## TASK TO COMPLETE
Among the entries, which lines carry the string "rotate"? Copy every one.

## SUPPLIED DATA
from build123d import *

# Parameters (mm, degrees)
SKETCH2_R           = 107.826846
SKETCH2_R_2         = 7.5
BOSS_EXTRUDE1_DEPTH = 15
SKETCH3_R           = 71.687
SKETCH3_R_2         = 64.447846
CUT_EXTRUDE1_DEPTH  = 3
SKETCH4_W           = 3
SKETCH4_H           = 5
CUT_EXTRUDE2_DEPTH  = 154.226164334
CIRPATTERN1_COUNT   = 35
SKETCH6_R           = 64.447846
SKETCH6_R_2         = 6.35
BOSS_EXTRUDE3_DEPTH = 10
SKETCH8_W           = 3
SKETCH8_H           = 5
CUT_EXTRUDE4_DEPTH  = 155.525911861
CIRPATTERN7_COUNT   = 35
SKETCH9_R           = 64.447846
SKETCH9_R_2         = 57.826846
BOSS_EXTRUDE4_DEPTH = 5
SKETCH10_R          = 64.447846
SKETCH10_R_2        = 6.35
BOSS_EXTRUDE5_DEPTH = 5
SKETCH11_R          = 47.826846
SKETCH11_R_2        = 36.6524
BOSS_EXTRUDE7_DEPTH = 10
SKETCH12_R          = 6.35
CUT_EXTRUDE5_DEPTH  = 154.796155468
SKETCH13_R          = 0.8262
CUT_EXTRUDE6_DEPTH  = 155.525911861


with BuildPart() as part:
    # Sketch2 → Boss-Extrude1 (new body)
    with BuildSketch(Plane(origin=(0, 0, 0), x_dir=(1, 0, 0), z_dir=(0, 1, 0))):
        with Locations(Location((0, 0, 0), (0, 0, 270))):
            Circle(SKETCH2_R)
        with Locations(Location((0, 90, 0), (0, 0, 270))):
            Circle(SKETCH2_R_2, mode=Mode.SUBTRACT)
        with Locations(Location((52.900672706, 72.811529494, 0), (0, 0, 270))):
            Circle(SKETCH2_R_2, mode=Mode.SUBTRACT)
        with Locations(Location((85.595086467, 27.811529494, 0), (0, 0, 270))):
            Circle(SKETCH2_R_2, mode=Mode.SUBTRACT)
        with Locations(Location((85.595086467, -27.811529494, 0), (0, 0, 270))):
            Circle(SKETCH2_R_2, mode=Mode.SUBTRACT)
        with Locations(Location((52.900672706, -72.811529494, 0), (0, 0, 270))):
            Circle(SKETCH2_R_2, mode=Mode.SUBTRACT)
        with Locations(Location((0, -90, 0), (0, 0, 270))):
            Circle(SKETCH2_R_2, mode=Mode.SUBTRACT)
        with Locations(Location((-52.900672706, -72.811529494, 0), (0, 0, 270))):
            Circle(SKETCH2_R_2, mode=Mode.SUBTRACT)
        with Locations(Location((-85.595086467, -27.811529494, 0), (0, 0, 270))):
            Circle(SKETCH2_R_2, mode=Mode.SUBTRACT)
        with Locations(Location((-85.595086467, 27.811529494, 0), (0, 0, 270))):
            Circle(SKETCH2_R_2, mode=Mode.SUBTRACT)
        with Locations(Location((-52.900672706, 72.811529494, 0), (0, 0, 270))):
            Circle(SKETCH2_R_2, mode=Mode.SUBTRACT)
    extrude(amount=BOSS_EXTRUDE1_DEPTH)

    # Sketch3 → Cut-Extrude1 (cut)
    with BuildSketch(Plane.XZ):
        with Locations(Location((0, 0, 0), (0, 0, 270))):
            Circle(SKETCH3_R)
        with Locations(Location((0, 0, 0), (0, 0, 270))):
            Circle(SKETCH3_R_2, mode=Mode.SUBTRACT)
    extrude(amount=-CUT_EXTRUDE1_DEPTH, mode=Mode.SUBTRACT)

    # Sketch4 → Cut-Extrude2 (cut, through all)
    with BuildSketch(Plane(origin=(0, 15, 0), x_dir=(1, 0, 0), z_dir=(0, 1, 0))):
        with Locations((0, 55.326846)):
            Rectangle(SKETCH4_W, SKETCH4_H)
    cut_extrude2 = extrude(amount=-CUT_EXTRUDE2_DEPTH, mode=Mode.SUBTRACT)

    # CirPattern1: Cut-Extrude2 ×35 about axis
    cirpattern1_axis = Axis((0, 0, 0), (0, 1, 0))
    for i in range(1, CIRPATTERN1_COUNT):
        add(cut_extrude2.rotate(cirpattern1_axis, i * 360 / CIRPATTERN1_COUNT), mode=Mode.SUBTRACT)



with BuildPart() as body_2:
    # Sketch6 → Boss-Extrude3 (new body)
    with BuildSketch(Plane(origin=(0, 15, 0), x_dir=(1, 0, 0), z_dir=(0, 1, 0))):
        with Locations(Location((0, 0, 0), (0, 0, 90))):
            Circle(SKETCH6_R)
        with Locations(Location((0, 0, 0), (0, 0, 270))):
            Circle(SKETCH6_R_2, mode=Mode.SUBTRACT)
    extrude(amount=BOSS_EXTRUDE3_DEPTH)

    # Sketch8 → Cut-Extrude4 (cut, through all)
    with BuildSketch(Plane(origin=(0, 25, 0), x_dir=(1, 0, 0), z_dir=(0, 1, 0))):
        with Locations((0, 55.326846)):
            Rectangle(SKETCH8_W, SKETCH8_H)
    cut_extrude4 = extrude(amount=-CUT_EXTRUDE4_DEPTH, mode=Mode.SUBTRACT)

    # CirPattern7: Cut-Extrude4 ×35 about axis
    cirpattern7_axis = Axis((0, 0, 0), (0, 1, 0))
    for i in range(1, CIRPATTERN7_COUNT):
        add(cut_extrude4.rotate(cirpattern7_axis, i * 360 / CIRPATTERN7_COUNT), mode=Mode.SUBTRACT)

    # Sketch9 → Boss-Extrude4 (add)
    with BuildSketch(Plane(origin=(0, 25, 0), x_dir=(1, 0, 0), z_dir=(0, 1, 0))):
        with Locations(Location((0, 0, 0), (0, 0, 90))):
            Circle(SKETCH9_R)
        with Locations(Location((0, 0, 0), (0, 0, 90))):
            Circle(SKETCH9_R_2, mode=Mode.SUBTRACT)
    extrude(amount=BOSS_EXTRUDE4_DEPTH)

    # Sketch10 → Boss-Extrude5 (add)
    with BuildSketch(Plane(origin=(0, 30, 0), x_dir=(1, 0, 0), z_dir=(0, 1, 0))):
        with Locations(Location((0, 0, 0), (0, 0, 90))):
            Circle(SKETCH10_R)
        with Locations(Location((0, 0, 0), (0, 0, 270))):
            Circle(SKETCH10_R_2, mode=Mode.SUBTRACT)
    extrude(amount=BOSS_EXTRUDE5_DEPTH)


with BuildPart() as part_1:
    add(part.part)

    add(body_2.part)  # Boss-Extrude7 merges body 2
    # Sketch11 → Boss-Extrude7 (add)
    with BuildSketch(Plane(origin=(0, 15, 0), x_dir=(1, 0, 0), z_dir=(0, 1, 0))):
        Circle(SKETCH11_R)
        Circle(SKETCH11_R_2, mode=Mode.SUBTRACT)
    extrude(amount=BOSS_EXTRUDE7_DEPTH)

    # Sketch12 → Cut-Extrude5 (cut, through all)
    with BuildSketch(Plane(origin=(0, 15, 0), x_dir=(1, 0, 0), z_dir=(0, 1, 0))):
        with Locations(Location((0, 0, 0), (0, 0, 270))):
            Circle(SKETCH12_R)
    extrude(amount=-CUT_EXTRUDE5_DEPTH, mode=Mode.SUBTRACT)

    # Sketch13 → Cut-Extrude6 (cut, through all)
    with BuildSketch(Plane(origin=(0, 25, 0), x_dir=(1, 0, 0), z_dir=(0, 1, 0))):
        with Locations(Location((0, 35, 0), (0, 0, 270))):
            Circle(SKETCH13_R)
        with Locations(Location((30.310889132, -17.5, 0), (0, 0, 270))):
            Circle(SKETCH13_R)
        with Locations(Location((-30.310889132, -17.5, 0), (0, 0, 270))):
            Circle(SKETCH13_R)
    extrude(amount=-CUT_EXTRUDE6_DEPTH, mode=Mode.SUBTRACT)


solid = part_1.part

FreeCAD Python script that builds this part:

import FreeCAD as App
import Part
import Sketcher
from FreeCAD import Vector


def add_polygon(sketch, points):
    """Adds a closed chain of lines whose ends are joined by coincident constraints."""
    first, n = sketch.GeometryCount, len(points)
    for a, b in zip(points, points[1:] + points[:1]):
        sketch.addGeometry(Part.LineSegment(App.Vector(*a, 0), App.Vector(*b, 0)), False)
    for i in range(n):
        sketch.addConstraint(Sketcher.Constraint("Coincident", first + i, 2, first + (i + 1) % n, 1))

doc = App.newDocument("Part")
params = doc.addObject("Spreadsheet::Sheet", "Params")
for row, (alias, value) in enumerate([
    ("sketch1_diameter", "15 mm"),
    ("pad1_length", "15 mm"),
    ("pocket1_length", "3 mm"),
    ("sketch3_width", "3 mm"),
    ("sketch3_height", "5 mm"),
    ("sketch4_diameter", "12.7 mm"),
    ("pad2_length", "10 mm"),
    ("sketch5_width", "3 mm"),
    ("sketch5_height", "5 mm"),
    ("pad3_length", "5 mm"),
    ("sketch7_diameter", "12.7 mm"),
    ("pad4_length", "5 mm"),
    ("pad5_length", "10 mm"),
    ("sketch9_diameter", "12.7 mm"),
], start=1):
    params.set(f"A{row}", alias)
    params.set(f"B{row}", "=" + value)
    params.setAlias(f"B{row}", alias)

body = doc.addObject("PartDesign::Body", "Body")

# Sketch on XZ plane
sketch1 = body.newObject("Sketcher::SketchObject", "Sketch")
sketch1.AttachmentSupport = (doc.getObject("XZ_Plane"), [""])
sketch1.MapMode = "FlatFace"
sketch1.addGeometry([
    Part.Circle(Vector(0, 0, 0), Vector(0, 0, 1), 107.826846),  # 0
    Part.Circle(Vector(-52.900673, -72.811529, 0), Vector(0, 0, 1), 7.5),  # 1
    Part.Circle(Vector(-85.595086, -27.811529, 0), Vector(0, 0, 1), 7.5),  # 2
    Part.Circle(Vector(0, -90, 0), Vector(0, 0, 1), 7.5),  # 3
    Part.Circle(Vector(-85.595086, 27.811529, 0), Vector(0, 0, 1), 7.5),  # 4
    Part.Circle(Vector(-52.900673, 72.811529, 0), Vector(0, 0, 1), 7.5),  # 5
    Part.Circle(Vector(52.900673, -72.811529, 0), Vector(0, 0, 1), 7.5),  # 6
    Part.Circle(Vector(85.595086, -27.811529, 0), Vector(0, 0, 1), 7.5),  # 7
    Part.Circle(Vector(0, 90, 0), Vector(0, 0, 1), 7.5),  # 8
    Part.Circle(Vector(85.595086, 27.811529, 0), Vector(0, 0, 1), 7.5),  # 9
    Part.Circle(Vector(52.900673, 72.811529, 0), Vector(0, 0, 1), 7.5),  # 10
], False)
sketch1.addConstraint([
    Sketcher.Constraint("Coincident", 0, 3, -1, 1),
    Sketcher.Constraint("Equal", 1, 2),
    Sketcher.Constraint("Equal", 2, 3),
    Sketcher.Constraint("Equal", 3, 4),
    Sketcher.Constraint("Equal", 4, 5),
    Sketcher.Constraint("Equal", 5, 6),
    Sketcher.Constraint("Equal", 6, 7),
    Sketcher.Constraint("Equal", 7, 8),
    Sketcher.Constraint("Equal", 8, 9),
    Sketcher.Constraint("Equal", 9, 10),
    Sketcher.Constraint("Symmetric", 5, 3, 6, 3, -1, 1),
    Sketcher.Constraint("Symmetric", 4, 3, 7, 3, -1, 1),
    Sketcher.Constraint("Symmetric", 3, 3, 8, 3, -1, 1),
    Sketcher.Constraint("Symmetric", 2, 3, 9, 3, -1, 1),
    Sketcher.Constraint("Symmetric", 1, 3, 10, 3, -1, 1),
    Sketcher.Constraint("Symmetric", 1, 3, 6, 3, -2),
    Sketcher.Constraint("Symmetric", 2, 3, 7, 3, -2),
    Sketcher.Constraint("PointOnObject", 3, 3, -2),
    Sketcher.Constraint("Diameter", 1, 15.0),
    Sketcher.Constraint("DistanceY", 3, 3, -1, 1, 90.0),
    Sketcher.Constraint("DistanceY", 1, 3, 2, 3, 45.0),
    Sketcher.Constraint("Diameter", 0, 215.653692),
    Sketcher.Constraint("DistanceY", 1, 3, -1, 1, 72.811529),
    Sketcher.Constraint("DistanceX", 2, 3, 6, 3, 138.495759),
    Sketcher.Constraint("DistanceX", 1, 3, -1, 1, 52.900673),
])
sketch1.setExpression("Constraints[18]", "Params.sketch1_diameter")
pad1 = body.newObject("PartDesign::Pad", "Pad")
pad1.Profile = sketch1
pad1.setExpression("Length", "Params.pad1_length")
pad1.Reversed = True

# Sketch on XZ plane
sketch2 = body.newObject("Sketcher::SketchObject", "Sketch001")
sketch2.AttachmentSupport = (doc.getObject("XZ_Plane"), [""])
sketch2.MapMode = "FlatFace"
sketch2.addGeometry([
    Part.Circle(Vector(0, 0, 0), Vector(0, 0, 1), 71.687),
    Part.Circle(Vector(0, 0, 0), Vector(0, 0, 1), 64.447846),
], False)
sketch2.addConstraint([
    Sketcher.Constraint("Coincident", 0, 3, -1, 1),
    Sketcher.Constraint("Coincident", 1, 3, -1, 1),
    Sketcher.Constraint("Diameter", 0, 143.374),
    Sketcher.Constraint("Diameter", 1, 128.895692),
])
pocket1 = body.newObject("PartDesign::Pocket", "Pocket")
pocket1.Profile = sketch2
pocket1.setExpression("Length", "Params.pocket1_length")

# Sketch on XZ plane
sketch3 = body.newObject("Sketcher::SketchObject", "Sketch002")
sketch3.AttachmentSupport = (doc.getObject("XZ_Plane"), [""])
sketch3.MapMode = "FlatFace"
sketch3.AttachmentOffset = App.Placement(Vector(0, 0, -15), App.Rotation())
add_polygon(sketch3, [(-1.5, -57.826846), (-1.5, -52.826846), (1.5, -52.826846), (1.5, -57.826846)])  # lines 0-3
sketch3.addConstraint([
    Sketcher.Constraint("Vertical", 0),
    Sketcher.Constraint("Horizontal", 1),
    Sketcher.Constraint("Vertical", 2),
    Sketcher.Constraint("Horizontal", 3),
    Sketcher.Constraint("DistanceX", 1, 1, 1, 2, 3.0),
    Sketcher.Constraint("DistanceY", 0, 1, 0, 2, 5.0),
    Sketcher.Constraint("DistanceX", 0, 2, -1, 1, 1.5),
    Sketcher.Constraint("DistanceY", 0, 2, -1, 1, 52.826846),
])
sketch3.setExpression("Constraints[8]", "Params.sketch3_width")
sketch3.setExpression("Constraints[9]", "Params.sketch3_height")
pocket2 = body.newObject("PartDesign::Pocket", "Pocket001")
pocket2.Profile = sketch3
pocket2.Type = "ThroughAll"
pocket2.Reversed = True
doc.recompute()

polarpattern = body.newObject("PartDesign::PolarPattern", "PolarPattern")
polarpattern.Originals = [pocket2]
polarpattern.Axis = (doc.getObject("Y_Axis"), [""])
polarpattern.Angle = 360
polarpattern.Occurrences = 35
body.Tip = polarpattern
body2 = doc.addObject("PartDesign::Body", "Body001")

# Sketch on XZ plane
sketch4 = body2.newObject("Sketcher::SketchObject", "Sketch003")
sketch4.AttachmentSupport = (doc.getObject("XZ_Plane001"), [""])
sketch4.MapMode = "FlatFace"
sketch4.AttachmentOffset = App.Placement(Vector(0, 0, -15), App.Rotation())
sketch4.addGeometry([
    Part.Circle(Vector(0, 0, 0), Vector(0, 0, 1), 64.447846),
    Part.Circle(Vector(0, 0, 0), Vector(0, 0, 1), 6.35),
], False)
sketch4.addConstraint([
    Sketcher.Constraint("Coincident", 0, 3, -1, 1),
    Sketcher.Constraint("Coincident", 1, 3, -1, 1),
    Sketcher.Constraint("Diameter", 1, 12.7),
    Sketcher.Constraint("Diameter", 0, 128.895692),
])
sketch4.setExpression("Constraints[2]", "Params.sketch4_diameter")
pad2 = body2.newObject("PartDesign::Pad", "Pad001")
pad2.Profile = sketch4
pad2.setExpression("Length", "Params.pad2_length")
pad2.Reversed = True

# Sketch on XZ plane
sketch5 = body2.newObject("Sketcher::SketchObject", "Sketch004")
sketch5.AttachmentSupport = (doc.getObject("XZ_Plane001"), [""])
sketch5.MapMode = "FlatFace"
sketch5.AttachmentOffset = App.Placement(Vector(0, 0, -25), App.Rotation())
add_polygon(sketch5, [(-1.5, -57.826846), (-1.5, -52.826846), (1.5, -52.826846), (1.5, -57.826846)])  # lines 0-3
sketch5.addConstraint([
    Sketcher.Constraint("Vertical", 0),
    Sketcher.Constraint("Horizontal", 1),
    Sketcher.Constraint("Vertical", 2),
    Sketcher.Constraint("Horizontal", 3),
    Sketcher.Constraint("DistanceX", 1, 1, 1, 2, 3.0),
    Sketcher.Constraint("DistanceY", 0, 1, 0, 2, 5.0),
    Sketcher.Constraint("DistanceX", 0, 2, -1, 1, 1.5),
    Sketcher.Constraint("DistanceY", 0, 2, -1, 1, 52.826846),
])
sketch5.setExpression("Constraints[8]", "Params.sketch5_width")
sketch5.setExpression("Constraints[9]", "Params.sketch5_height")
pocket3 = body2.newObject("PartDesign::Pocket", "Pocket002")
pocket3.Profile = sketch5
pocket3.Type = "ThroughAll"
pocket3.Reversed = True
doc.recompute()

## ANSWER FOR THIS EXERCISE
        add(cut_extrude2.rotate(cirpattern1_axis, i * 360 / CIRPATTERN1_COUNT), mode=Mode.SUBTRACT)
        add(cut_extrude4.rotate(cirpattern7_axis, i * 360 / CIRPATTERN7_COUNT), mode=Mode.SUBTRACT)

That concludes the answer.